** The problem **
Which lines of the entries below include "amount"? List them all.
⁂
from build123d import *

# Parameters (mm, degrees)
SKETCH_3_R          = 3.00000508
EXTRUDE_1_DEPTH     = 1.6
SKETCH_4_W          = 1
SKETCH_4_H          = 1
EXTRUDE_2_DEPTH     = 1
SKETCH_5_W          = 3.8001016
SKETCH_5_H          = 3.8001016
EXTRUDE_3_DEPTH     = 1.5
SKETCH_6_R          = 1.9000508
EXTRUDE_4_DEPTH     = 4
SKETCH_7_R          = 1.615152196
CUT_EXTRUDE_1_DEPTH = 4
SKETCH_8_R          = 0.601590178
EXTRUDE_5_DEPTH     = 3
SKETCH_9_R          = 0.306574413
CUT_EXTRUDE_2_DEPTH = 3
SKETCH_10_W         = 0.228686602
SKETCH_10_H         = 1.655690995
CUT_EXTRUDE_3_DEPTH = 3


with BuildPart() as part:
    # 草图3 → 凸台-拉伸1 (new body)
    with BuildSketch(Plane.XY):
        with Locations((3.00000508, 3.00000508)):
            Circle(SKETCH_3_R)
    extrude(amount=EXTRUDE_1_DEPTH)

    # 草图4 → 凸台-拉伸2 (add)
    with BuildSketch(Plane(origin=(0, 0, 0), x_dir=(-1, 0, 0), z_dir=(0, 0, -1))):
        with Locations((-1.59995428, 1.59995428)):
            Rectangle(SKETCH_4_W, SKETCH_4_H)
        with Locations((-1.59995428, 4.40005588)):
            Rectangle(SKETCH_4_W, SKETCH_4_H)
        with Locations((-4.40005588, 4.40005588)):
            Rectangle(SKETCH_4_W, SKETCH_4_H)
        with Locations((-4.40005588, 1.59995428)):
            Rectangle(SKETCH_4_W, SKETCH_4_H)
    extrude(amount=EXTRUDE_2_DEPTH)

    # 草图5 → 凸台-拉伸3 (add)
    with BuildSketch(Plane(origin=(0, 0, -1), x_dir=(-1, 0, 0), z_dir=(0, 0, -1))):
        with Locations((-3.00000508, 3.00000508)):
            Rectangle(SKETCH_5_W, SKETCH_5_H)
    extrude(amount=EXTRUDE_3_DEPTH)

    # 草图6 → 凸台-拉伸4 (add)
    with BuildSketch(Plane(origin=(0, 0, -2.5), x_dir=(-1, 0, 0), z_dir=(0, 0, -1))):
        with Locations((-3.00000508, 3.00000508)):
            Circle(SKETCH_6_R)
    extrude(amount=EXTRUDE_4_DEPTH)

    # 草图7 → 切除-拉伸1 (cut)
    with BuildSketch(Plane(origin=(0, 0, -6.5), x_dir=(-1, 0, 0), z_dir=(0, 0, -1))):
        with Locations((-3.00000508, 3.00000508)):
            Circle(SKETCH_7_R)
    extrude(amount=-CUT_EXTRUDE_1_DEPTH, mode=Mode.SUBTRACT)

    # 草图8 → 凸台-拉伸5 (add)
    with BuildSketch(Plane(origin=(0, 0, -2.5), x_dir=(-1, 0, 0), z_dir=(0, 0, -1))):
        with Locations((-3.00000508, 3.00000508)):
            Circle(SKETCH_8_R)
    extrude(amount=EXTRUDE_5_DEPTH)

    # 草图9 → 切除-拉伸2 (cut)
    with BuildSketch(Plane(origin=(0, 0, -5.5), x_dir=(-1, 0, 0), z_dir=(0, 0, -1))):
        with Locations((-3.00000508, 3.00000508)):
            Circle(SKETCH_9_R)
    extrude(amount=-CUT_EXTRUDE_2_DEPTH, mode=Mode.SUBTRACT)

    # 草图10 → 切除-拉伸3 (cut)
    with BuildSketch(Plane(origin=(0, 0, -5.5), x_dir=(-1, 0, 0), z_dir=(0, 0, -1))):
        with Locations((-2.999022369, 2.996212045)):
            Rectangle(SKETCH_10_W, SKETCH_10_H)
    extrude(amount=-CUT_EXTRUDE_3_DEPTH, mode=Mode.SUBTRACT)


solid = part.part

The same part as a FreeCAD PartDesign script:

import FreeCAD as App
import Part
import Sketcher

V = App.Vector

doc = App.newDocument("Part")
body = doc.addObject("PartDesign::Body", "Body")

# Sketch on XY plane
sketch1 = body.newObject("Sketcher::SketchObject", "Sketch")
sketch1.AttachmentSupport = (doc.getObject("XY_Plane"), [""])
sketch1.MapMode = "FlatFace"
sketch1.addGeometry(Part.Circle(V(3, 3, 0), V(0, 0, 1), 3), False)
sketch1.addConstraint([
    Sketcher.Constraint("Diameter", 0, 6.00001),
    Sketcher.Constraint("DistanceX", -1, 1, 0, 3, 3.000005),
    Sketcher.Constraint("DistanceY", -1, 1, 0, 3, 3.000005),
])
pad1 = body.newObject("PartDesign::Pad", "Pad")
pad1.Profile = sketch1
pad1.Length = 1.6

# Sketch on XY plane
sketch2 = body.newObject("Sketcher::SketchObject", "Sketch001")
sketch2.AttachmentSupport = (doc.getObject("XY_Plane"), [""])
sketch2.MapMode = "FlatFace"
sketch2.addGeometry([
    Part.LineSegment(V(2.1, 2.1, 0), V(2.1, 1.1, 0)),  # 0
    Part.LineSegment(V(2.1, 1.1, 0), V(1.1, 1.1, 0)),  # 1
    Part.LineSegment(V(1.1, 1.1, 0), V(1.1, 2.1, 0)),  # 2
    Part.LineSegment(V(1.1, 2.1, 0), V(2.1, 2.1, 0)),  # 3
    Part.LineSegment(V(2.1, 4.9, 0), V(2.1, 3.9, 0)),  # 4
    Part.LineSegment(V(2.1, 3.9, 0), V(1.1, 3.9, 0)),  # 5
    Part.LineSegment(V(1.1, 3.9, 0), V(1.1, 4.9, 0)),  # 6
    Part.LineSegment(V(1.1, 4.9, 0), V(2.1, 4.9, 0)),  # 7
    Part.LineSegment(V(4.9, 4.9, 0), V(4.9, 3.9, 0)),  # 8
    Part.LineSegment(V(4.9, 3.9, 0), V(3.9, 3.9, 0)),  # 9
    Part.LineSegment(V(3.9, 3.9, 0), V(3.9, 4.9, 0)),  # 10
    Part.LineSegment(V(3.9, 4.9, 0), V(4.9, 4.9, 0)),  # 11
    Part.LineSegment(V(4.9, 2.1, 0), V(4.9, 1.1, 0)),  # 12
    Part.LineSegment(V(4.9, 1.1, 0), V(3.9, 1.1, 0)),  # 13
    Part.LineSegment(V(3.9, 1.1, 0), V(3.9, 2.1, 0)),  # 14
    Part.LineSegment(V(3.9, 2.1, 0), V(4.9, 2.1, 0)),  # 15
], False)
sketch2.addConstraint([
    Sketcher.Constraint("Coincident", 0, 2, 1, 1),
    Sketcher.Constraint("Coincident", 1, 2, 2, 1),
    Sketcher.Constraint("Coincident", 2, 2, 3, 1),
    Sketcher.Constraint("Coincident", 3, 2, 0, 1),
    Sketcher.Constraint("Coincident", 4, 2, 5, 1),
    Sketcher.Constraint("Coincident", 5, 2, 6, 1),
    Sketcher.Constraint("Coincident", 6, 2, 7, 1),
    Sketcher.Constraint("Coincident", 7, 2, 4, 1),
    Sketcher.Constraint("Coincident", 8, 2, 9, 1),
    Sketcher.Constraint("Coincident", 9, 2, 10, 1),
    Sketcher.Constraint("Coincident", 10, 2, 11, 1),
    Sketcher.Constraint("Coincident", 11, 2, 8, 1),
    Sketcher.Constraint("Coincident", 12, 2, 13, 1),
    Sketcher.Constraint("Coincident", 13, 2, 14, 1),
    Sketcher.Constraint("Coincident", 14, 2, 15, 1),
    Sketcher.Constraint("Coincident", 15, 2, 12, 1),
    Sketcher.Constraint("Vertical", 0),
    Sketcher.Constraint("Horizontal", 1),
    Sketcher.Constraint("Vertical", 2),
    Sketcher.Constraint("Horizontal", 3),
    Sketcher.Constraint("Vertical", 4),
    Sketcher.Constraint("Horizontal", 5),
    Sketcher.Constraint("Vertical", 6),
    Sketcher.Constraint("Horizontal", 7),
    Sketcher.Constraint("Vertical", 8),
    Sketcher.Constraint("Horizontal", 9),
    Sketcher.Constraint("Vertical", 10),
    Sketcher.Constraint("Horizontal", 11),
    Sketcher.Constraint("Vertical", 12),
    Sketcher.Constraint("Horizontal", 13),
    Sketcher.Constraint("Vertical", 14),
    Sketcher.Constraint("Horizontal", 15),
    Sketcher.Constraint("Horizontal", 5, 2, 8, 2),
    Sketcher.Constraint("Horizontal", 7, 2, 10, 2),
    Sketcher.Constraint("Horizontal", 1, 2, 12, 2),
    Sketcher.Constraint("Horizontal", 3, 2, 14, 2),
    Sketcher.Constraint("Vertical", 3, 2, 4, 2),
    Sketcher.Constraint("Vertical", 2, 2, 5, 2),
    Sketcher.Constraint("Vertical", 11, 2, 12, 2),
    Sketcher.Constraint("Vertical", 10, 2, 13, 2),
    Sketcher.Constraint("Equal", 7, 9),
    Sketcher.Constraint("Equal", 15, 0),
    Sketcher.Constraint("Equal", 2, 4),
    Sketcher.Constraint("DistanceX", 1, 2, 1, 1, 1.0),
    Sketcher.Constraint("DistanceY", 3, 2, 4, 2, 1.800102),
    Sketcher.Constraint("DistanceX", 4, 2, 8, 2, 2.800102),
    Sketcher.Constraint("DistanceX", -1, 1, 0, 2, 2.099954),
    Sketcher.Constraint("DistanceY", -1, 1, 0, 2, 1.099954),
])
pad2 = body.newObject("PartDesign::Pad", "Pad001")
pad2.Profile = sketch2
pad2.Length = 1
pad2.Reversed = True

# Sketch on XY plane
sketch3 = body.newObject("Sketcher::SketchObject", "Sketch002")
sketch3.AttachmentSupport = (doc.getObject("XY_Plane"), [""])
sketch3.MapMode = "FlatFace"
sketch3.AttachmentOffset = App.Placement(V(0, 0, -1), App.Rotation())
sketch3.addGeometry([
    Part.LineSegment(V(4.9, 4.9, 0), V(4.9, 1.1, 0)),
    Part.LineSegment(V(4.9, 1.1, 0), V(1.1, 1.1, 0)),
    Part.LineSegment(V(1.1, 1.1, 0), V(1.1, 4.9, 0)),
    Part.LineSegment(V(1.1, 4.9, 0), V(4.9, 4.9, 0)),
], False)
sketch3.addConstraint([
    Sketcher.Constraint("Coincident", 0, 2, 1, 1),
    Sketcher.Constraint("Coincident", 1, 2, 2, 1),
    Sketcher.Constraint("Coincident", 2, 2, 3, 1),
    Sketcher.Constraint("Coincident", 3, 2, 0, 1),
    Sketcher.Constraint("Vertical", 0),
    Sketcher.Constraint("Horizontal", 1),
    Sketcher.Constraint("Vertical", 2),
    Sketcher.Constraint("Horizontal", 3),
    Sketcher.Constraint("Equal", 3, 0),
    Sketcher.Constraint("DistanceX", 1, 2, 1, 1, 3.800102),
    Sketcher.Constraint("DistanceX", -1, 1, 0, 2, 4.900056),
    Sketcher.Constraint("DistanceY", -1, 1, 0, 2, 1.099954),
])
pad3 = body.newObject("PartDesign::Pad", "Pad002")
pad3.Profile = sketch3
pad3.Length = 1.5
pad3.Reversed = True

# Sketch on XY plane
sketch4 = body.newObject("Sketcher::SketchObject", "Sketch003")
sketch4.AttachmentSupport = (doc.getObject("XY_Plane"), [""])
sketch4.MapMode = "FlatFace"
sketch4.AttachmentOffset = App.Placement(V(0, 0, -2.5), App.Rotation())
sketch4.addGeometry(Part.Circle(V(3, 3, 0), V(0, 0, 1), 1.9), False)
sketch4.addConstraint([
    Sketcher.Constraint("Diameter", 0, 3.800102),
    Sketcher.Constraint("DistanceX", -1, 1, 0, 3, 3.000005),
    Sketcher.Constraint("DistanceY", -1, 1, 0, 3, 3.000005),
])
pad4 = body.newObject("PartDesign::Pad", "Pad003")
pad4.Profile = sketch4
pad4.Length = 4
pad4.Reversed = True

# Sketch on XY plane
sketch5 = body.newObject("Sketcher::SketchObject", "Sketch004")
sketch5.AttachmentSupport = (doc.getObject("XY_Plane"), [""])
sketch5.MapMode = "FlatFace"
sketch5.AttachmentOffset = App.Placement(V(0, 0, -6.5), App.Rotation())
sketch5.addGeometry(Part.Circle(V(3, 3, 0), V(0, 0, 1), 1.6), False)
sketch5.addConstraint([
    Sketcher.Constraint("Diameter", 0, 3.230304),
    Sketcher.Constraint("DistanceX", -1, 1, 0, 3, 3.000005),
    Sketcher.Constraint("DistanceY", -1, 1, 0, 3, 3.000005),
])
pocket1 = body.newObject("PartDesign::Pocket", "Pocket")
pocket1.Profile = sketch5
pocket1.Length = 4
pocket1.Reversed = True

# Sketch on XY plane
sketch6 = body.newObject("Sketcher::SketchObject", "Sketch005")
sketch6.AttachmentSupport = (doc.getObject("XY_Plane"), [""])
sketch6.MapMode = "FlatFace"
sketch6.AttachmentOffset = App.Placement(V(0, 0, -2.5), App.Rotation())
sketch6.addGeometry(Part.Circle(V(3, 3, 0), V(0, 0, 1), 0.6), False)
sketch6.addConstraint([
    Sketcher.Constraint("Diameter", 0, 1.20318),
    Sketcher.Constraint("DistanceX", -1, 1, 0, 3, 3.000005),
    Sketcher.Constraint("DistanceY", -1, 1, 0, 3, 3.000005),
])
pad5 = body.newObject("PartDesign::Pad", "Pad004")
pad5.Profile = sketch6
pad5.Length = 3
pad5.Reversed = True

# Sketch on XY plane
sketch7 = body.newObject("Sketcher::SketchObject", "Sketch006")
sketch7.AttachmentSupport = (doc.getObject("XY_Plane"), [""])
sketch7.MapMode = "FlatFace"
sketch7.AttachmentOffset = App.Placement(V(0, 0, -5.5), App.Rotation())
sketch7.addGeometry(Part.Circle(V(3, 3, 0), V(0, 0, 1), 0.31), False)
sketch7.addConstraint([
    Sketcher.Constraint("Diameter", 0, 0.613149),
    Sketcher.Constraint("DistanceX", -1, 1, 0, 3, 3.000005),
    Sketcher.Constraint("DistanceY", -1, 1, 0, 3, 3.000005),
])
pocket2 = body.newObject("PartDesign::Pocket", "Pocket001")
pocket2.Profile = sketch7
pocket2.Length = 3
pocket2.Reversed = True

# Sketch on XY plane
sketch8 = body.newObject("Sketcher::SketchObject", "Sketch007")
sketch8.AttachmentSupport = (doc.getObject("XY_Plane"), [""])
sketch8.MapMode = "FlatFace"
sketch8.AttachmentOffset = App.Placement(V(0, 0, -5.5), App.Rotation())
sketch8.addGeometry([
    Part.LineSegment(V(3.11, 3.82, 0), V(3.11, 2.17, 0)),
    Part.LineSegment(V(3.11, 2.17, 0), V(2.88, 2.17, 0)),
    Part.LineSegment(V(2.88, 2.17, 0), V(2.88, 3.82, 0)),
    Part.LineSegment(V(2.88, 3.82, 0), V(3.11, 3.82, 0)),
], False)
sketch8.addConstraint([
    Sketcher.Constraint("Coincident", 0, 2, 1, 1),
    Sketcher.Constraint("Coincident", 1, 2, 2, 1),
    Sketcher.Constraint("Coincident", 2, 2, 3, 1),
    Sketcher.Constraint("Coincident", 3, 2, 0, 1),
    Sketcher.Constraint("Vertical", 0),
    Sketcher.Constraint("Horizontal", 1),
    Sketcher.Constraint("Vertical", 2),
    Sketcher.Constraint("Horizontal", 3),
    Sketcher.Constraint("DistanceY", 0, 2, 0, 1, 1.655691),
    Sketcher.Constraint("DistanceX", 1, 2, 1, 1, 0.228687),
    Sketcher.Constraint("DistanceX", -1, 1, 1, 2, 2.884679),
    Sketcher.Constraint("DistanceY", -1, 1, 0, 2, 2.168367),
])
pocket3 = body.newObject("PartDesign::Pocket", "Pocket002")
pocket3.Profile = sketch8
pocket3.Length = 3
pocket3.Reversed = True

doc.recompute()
⁂
** Output of the exercise **
    extrude(amount=EXTRUDE_1_DEPTH)
    extrude(amount=EXTRUDE_2_DEPTH)
    extrude(amount=EXTRUDE_3_DEPTH)
    extrude(amount=EXTRUDE_4_DEPTH)
    extrude(amount=-CUT_EXTRUDE_1_DEPTH, mode=Mode.SUBTRACT)
    extrude(amount=EXTRUDE_5_DEPTH)
    extrude(amount=-CUT_EXTRUDE_2_DEPTH, mode=Mode.SUBTRACT)
    extrude(amount=-CUT_EXTRUDE_3_DEPTH, mode=Mode.SUBTRACT)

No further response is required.